THE STUFF OF FANTASY
If part of our contemporary pop culture (fashion, the music industry) appears to be in a race to have girls acquire the tools to sexualize and objectify themselves as early as possible, another part (books, films, TV, behind-the-scenes production) feels as though it is listening to the creative and artistic voices of women and girls of all types. With more women—gay, straight, trans, Black, Asian, Latina—telling their own stories and becoming involved in the fields of writing, directing, and producing; I look forward to the day when there are more movies about the lives and friendships of girls. When a movie like The World of Henry Orient is more the cinematic norm than the rapturous rarity it remains.


BONUS MATERIAL
In 1967 The World of Henry Orient was turned into a flop Broadway musical. Both the film's director and screenwriter collaborated on the stage production which ran a scant three months, garnered two Tony Award nominations, and featured Golden Age 20th-Century Fox musical star Don Ameche in the Peter Sellers role. The show, if remembered at all, is cited for the participation of a young Pia Zadora, the dances by choreographer Michael Bennett, and the appearance of several original members of A Chorus Line.
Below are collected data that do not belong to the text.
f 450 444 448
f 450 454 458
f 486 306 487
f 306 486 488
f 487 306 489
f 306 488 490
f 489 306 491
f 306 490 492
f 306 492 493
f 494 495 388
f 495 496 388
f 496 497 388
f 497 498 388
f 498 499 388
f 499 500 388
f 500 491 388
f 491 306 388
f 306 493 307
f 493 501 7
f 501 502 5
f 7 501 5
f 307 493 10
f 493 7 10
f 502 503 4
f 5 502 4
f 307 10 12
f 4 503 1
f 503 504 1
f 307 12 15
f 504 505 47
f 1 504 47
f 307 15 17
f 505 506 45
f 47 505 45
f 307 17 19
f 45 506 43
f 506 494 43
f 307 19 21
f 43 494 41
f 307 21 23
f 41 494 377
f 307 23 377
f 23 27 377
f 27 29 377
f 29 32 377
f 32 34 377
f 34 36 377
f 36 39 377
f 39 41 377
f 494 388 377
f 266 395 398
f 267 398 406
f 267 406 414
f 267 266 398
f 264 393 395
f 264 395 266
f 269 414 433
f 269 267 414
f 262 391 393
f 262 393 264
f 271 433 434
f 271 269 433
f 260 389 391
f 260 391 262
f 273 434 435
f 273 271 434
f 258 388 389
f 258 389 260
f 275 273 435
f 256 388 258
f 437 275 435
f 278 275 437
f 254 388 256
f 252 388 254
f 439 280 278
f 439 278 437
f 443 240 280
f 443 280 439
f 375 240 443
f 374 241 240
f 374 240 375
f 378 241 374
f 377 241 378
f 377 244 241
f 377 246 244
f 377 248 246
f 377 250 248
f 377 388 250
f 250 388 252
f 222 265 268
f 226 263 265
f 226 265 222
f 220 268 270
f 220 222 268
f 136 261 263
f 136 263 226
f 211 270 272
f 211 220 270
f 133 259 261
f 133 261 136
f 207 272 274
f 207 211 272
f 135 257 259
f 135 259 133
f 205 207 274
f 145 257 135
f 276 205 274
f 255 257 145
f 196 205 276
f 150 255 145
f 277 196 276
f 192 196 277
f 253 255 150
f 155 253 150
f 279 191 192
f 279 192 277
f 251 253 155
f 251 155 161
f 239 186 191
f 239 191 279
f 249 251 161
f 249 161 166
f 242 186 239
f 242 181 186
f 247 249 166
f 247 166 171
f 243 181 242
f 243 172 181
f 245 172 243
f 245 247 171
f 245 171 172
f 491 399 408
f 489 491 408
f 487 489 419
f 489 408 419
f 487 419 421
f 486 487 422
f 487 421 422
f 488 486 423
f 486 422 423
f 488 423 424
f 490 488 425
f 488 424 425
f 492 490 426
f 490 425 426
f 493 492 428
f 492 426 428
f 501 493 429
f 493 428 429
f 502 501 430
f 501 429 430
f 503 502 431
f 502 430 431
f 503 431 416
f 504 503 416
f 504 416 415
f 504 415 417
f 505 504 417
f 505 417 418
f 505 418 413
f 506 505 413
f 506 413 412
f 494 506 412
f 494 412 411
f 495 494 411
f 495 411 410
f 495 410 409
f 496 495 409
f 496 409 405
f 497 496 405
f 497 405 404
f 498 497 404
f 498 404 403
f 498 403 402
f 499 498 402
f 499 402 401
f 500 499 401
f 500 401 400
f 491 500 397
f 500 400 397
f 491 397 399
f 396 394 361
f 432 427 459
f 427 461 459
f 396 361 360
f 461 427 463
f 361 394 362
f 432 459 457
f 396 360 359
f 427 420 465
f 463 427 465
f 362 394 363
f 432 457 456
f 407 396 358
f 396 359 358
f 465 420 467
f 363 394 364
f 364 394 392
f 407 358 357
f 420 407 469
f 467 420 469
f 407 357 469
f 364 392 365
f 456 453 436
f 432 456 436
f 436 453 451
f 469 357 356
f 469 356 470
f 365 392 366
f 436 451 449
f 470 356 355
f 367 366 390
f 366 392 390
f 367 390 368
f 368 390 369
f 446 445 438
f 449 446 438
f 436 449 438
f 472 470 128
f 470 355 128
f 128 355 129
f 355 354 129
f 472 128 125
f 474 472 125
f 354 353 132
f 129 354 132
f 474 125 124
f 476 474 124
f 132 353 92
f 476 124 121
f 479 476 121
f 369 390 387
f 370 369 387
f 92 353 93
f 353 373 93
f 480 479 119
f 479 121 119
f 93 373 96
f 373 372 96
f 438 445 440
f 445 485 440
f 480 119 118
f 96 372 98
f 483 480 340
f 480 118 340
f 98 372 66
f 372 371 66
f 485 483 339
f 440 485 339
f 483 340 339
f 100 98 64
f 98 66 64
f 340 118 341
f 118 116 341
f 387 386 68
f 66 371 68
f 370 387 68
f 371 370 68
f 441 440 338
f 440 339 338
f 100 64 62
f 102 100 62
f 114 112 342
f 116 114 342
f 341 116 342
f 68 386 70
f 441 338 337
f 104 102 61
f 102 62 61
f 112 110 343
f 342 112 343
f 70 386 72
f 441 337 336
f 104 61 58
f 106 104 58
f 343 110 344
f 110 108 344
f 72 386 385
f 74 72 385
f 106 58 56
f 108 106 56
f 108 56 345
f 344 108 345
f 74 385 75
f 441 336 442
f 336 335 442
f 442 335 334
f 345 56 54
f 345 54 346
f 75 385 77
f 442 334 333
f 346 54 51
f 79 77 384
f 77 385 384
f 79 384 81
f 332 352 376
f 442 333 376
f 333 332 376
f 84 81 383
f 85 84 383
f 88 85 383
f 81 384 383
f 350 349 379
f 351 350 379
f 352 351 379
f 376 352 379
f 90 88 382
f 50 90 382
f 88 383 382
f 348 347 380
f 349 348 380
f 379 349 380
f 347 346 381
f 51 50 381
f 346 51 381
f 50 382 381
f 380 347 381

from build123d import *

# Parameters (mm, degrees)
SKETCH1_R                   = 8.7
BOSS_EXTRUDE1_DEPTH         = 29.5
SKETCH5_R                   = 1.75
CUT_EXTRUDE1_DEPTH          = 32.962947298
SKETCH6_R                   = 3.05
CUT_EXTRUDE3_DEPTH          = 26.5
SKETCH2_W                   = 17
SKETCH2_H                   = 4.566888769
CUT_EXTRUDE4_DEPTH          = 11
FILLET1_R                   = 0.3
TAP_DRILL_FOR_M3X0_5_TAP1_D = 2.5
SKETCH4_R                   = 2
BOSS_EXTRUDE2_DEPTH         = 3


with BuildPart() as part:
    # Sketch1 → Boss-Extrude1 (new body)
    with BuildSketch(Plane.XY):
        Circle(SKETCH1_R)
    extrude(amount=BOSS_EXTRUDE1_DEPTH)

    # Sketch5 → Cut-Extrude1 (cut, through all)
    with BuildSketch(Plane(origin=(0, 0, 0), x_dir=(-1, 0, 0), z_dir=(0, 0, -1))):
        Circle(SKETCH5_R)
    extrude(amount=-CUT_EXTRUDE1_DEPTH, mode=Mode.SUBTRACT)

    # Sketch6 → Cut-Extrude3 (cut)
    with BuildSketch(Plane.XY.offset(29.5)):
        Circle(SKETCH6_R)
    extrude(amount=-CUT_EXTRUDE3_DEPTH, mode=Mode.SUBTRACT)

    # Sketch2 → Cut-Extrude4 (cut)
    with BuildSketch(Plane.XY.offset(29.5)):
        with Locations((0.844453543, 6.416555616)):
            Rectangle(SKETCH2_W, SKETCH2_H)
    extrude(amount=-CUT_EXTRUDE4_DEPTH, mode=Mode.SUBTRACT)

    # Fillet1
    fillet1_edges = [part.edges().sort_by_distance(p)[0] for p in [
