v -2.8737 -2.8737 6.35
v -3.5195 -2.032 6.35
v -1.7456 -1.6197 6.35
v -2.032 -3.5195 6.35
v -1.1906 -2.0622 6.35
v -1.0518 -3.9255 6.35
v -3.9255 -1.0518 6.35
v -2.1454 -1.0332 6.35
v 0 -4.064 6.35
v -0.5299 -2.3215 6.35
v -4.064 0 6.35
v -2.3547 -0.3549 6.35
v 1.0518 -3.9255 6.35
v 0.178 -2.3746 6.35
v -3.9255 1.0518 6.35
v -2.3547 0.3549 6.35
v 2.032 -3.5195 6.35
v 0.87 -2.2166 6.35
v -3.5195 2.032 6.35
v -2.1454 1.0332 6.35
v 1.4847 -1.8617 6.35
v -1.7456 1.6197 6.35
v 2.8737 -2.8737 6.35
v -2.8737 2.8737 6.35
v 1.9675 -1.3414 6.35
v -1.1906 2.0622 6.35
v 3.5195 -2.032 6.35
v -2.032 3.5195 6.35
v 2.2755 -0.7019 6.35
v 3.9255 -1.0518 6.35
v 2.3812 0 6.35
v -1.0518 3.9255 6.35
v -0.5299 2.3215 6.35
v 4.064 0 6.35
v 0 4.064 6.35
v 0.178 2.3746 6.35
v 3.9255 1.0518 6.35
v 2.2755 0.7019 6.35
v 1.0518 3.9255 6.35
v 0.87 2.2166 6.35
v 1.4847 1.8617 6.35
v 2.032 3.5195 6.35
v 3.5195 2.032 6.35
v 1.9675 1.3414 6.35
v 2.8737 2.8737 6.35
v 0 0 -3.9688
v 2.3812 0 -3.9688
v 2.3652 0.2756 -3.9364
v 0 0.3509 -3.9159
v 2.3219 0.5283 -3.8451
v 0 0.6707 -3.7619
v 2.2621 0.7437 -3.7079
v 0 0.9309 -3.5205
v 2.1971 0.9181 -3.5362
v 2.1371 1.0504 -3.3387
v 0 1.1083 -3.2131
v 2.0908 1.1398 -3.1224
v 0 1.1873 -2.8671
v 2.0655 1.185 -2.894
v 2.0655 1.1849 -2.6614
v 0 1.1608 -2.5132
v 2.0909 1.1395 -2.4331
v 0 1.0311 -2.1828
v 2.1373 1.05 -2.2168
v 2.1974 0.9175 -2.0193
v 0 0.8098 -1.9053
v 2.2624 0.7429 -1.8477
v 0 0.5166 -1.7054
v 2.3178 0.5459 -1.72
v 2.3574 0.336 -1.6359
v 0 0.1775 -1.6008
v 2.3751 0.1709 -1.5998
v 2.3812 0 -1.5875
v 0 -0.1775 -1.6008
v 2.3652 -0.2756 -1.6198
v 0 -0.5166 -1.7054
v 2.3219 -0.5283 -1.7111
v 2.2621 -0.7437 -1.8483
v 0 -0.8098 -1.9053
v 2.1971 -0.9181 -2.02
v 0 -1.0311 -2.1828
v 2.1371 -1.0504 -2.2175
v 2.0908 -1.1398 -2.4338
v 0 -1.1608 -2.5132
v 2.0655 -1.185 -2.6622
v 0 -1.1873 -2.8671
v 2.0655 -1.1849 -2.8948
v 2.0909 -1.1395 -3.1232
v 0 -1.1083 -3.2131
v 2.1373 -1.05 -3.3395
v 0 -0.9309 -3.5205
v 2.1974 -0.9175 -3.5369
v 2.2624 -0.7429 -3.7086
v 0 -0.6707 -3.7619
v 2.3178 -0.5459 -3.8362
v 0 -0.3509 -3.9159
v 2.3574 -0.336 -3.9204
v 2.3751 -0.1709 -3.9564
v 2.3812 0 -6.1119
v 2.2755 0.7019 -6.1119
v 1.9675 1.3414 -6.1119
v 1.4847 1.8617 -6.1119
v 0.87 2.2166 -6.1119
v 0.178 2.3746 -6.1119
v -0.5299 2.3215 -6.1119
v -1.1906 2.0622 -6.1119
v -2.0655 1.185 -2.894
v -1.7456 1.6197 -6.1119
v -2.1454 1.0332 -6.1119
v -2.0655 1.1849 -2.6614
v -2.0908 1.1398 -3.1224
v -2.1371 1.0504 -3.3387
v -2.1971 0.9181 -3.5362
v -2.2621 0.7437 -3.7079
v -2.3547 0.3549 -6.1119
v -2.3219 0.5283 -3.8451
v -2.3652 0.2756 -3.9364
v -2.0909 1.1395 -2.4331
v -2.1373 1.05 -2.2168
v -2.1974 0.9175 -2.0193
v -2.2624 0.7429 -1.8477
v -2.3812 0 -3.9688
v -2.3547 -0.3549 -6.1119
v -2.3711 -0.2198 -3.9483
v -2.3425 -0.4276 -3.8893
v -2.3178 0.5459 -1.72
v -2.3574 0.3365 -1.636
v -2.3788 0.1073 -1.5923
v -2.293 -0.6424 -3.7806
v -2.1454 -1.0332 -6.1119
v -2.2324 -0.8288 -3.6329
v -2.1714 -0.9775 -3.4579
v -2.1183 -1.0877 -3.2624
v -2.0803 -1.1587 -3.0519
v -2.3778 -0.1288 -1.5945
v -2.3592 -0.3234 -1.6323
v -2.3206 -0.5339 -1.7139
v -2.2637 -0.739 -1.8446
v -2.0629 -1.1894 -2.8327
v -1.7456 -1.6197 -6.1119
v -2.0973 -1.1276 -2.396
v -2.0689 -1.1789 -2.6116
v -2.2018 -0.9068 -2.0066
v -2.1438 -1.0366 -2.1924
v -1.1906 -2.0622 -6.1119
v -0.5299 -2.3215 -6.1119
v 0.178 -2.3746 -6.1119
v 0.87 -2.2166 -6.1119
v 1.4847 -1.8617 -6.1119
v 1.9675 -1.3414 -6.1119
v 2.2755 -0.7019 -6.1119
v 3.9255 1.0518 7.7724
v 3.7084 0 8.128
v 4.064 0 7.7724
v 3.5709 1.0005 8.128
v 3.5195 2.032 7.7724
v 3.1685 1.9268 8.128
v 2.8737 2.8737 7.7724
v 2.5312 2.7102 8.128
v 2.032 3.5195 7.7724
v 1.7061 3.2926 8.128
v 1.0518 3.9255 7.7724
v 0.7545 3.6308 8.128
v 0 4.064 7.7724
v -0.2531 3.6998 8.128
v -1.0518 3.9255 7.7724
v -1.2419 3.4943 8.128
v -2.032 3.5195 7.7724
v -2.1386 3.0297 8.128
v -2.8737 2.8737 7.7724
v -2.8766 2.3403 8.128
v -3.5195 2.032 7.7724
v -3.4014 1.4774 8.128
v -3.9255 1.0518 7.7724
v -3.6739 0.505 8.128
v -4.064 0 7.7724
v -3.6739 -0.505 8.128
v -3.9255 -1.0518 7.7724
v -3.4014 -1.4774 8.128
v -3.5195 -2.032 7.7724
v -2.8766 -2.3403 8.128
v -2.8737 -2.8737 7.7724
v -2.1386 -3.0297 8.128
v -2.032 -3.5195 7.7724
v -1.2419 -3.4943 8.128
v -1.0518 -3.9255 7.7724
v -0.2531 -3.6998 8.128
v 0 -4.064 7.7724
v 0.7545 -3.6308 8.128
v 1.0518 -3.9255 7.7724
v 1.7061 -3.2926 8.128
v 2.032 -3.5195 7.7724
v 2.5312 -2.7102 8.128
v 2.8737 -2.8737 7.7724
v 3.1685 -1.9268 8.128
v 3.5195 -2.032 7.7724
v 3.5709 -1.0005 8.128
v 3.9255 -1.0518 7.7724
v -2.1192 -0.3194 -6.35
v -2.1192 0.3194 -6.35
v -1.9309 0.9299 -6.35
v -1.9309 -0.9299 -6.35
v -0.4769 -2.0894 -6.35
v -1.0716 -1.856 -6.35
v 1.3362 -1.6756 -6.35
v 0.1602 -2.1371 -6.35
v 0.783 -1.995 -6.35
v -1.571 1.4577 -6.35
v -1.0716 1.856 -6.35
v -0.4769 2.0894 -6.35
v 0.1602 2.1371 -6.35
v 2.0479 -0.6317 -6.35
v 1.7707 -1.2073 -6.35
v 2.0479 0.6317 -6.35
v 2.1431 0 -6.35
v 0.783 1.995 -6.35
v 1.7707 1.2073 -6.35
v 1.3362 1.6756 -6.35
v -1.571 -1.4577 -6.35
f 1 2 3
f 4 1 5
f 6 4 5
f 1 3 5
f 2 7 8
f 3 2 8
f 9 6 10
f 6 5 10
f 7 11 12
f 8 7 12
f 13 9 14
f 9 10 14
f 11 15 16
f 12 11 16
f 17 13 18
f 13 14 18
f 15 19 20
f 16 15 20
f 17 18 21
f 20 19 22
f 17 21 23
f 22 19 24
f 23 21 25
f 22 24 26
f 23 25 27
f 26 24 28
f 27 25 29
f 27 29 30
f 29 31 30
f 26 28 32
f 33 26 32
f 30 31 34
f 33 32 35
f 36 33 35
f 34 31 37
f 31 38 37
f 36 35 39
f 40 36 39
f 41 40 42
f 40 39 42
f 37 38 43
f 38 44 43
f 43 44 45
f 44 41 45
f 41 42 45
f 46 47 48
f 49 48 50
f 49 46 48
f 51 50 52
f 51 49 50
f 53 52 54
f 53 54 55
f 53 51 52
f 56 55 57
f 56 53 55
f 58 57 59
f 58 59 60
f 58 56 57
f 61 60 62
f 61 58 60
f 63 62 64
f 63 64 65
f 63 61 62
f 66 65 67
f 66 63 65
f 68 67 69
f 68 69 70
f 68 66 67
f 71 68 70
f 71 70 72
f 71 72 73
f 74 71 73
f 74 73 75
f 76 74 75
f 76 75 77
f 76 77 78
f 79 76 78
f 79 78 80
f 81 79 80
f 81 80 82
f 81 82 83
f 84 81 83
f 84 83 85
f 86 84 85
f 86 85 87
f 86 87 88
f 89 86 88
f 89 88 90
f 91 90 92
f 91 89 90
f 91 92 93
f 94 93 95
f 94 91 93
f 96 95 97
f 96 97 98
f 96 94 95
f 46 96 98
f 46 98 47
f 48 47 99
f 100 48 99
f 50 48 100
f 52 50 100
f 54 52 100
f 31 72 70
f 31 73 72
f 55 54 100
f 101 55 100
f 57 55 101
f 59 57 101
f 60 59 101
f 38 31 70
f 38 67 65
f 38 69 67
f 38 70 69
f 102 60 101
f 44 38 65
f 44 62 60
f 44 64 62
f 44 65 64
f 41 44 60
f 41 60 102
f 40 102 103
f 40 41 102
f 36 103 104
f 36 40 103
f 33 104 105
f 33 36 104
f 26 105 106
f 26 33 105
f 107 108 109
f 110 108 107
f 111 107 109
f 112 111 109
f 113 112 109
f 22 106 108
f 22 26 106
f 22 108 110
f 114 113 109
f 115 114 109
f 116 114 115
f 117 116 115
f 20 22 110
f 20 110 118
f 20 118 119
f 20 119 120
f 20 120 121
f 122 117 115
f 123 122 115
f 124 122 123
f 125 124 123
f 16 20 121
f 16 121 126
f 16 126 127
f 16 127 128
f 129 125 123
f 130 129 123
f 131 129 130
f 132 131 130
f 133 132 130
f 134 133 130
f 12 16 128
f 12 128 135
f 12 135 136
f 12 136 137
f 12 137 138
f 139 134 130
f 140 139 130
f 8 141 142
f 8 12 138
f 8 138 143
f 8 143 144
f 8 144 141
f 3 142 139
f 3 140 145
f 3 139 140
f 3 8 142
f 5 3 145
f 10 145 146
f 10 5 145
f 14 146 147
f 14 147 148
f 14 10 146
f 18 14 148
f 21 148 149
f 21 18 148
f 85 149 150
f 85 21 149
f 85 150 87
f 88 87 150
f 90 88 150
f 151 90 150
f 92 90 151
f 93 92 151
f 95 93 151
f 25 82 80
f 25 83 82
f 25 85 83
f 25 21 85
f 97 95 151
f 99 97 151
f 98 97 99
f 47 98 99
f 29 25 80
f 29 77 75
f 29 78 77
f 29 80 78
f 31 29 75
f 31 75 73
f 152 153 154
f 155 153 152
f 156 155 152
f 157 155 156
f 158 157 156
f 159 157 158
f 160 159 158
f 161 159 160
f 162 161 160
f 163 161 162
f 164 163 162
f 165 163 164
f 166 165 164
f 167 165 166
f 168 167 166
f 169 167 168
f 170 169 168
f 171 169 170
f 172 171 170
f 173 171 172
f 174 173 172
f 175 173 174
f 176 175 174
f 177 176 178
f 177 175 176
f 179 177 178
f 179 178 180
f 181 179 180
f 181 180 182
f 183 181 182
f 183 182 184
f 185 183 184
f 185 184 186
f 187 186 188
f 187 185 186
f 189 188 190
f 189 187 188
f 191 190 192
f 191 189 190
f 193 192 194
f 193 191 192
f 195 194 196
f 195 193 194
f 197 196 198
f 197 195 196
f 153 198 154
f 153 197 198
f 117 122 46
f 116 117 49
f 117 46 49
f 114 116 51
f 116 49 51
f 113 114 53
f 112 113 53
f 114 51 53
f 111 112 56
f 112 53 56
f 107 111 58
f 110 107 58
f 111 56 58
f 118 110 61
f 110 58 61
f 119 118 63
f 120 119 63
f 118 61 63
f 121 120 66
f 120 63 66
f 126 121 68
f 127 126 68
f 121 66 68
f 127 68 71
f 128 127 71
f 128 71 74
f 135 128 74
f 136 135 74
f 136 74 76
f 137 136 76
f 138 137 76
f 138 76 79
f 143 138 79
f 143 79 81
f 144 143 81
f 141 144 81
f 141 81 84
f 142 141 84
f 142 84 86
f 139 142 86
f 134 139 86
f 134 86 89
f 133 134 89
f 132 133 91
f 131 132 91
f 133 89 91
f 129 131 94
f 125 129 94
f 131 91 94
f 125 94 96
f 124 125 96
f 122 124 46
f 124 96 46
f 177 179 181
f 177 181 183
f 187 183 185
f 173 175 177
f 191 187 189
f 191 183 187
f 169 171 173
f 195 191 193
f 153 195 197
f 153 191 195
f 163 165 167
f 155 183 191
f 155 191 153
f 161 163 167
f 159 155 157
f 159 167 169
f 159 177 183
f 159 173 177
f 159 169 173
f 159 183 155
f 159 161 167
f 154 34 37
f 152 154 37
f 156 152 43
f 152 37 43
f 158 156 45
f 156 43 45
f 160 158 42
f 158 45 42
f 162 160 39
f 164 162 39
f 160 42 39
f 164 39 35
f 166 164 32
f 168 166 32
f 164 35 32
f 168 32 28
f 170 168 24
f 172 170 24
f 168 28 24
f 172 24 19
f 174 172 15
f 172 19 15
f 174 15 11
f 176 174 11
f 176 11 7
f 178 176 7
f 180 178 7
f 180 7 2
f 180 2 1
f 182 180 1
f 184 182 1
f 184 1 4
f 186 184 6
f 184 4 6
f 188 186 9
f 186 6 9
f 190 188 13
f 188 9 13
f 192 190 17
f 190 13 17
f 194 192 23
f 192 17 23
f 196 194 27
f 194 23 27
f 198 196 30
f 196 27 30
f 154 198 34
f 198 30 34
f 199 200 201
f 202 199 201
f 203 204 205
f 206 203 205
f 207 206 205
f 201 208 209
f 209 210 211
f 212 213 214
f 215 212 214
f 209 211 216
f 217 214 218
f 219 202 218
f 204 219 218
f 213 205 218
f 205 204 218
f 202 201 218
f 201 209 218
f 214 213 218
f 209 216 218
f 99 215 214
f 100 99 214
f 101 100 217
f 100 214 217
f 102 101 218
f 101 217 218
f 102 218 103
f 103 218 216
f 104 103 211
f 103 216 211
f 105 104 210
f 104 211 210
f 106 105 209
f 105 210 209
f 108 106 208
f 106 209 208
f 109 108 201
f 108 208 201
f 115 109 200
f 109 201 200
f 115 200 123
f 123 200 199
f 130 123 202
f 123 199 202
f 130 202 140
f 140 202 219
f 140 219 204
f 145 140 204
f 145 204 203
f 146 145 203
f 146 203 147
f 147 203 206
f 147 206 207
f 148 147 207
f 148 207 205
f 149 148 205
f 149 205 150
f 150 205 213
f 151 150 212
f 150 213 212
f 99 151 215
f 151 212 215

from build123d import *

# Parameters (mm, degrees)
SKETCH1_R           = 2.38125
EXTRUDE1_DEPTH      = 6.35
SKETCH2_R           = 4.064
EXTRUDE2_DEPTH      = 1.778
CHAMFER1_SIZE       = 0.3556
SKETCH3_R           = 1.190625
EXTRUDE3_DEPTH      = 5.064
EXTRUDE3_DEPTH_BACK = 5.064
CHAMFER2_SIZE       = 0.238125


with BuildPart() as part:
    # Sketch1 → Extrude1 (new body, symmetric)
    with BuildSketch(Plane.XY):
        Circle(SKETCH1_R)
    extrude(amount=EXTRUDE1_DEPTH, both=True)

    # Sketch2 → Extrude2 (add)
    with BuildSketch(Plane.XY.offset(6.35)):
        Circle(SKETCH2_R)
    extrude(amount=EXTRUDE2_DEPTH)

    # Chamfer1
    chamfer1_edges = [part.edges().sort_by_distance(p)[0] for p in [
        (-4.064, 0, 8.128),
    ]]
    chamfer(chamfer1_edges, length=CHAMFER1_SIZE)

    # Sketch3 → Extrude3 (cut, two sides)
    with BuildSketch(Plane(origin=(0, 0, 0), x_dir=(0, 0, -1), z_dir=(1, 0, 0))) as extrude3_sk:
        with Locations((2.778125, 0)):
            Circle(SKETCH3_R)
    extrude(amount=EXTRUDE3_DEPTH, mode=Mode.SUBTRACT)
    extrude(extrude3_sk.sketch, amount=-EXTRUDE3_DEPTH_BACK, mode=Mode.SUBTRACT)

    # Chamfer2
    chamfer2_edges = [part.edges().sort_by_distance(p)[0] for p in [
        (-2.38125, 0, -6.35),
    ]]
    chamfer(chamfer2_edges, length=CHAMFER2_SIZE)


solid = part.part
Twenty years after playing the unhappily-married Boyds in The World of Henry Orient, Angela Lansbury and Tom Bosley reunited on considerably more amicable terms as author Jessica Fletcher and Sheriff Amos Tupper on the long-running TV series Murder, She Wrote


AUTOGRAPH FILES
I wish I could remember something about the circumstances surrounding getting this Tom Bosley autograph. In its stead, I suppose I should be grateful that I at least recorded the date.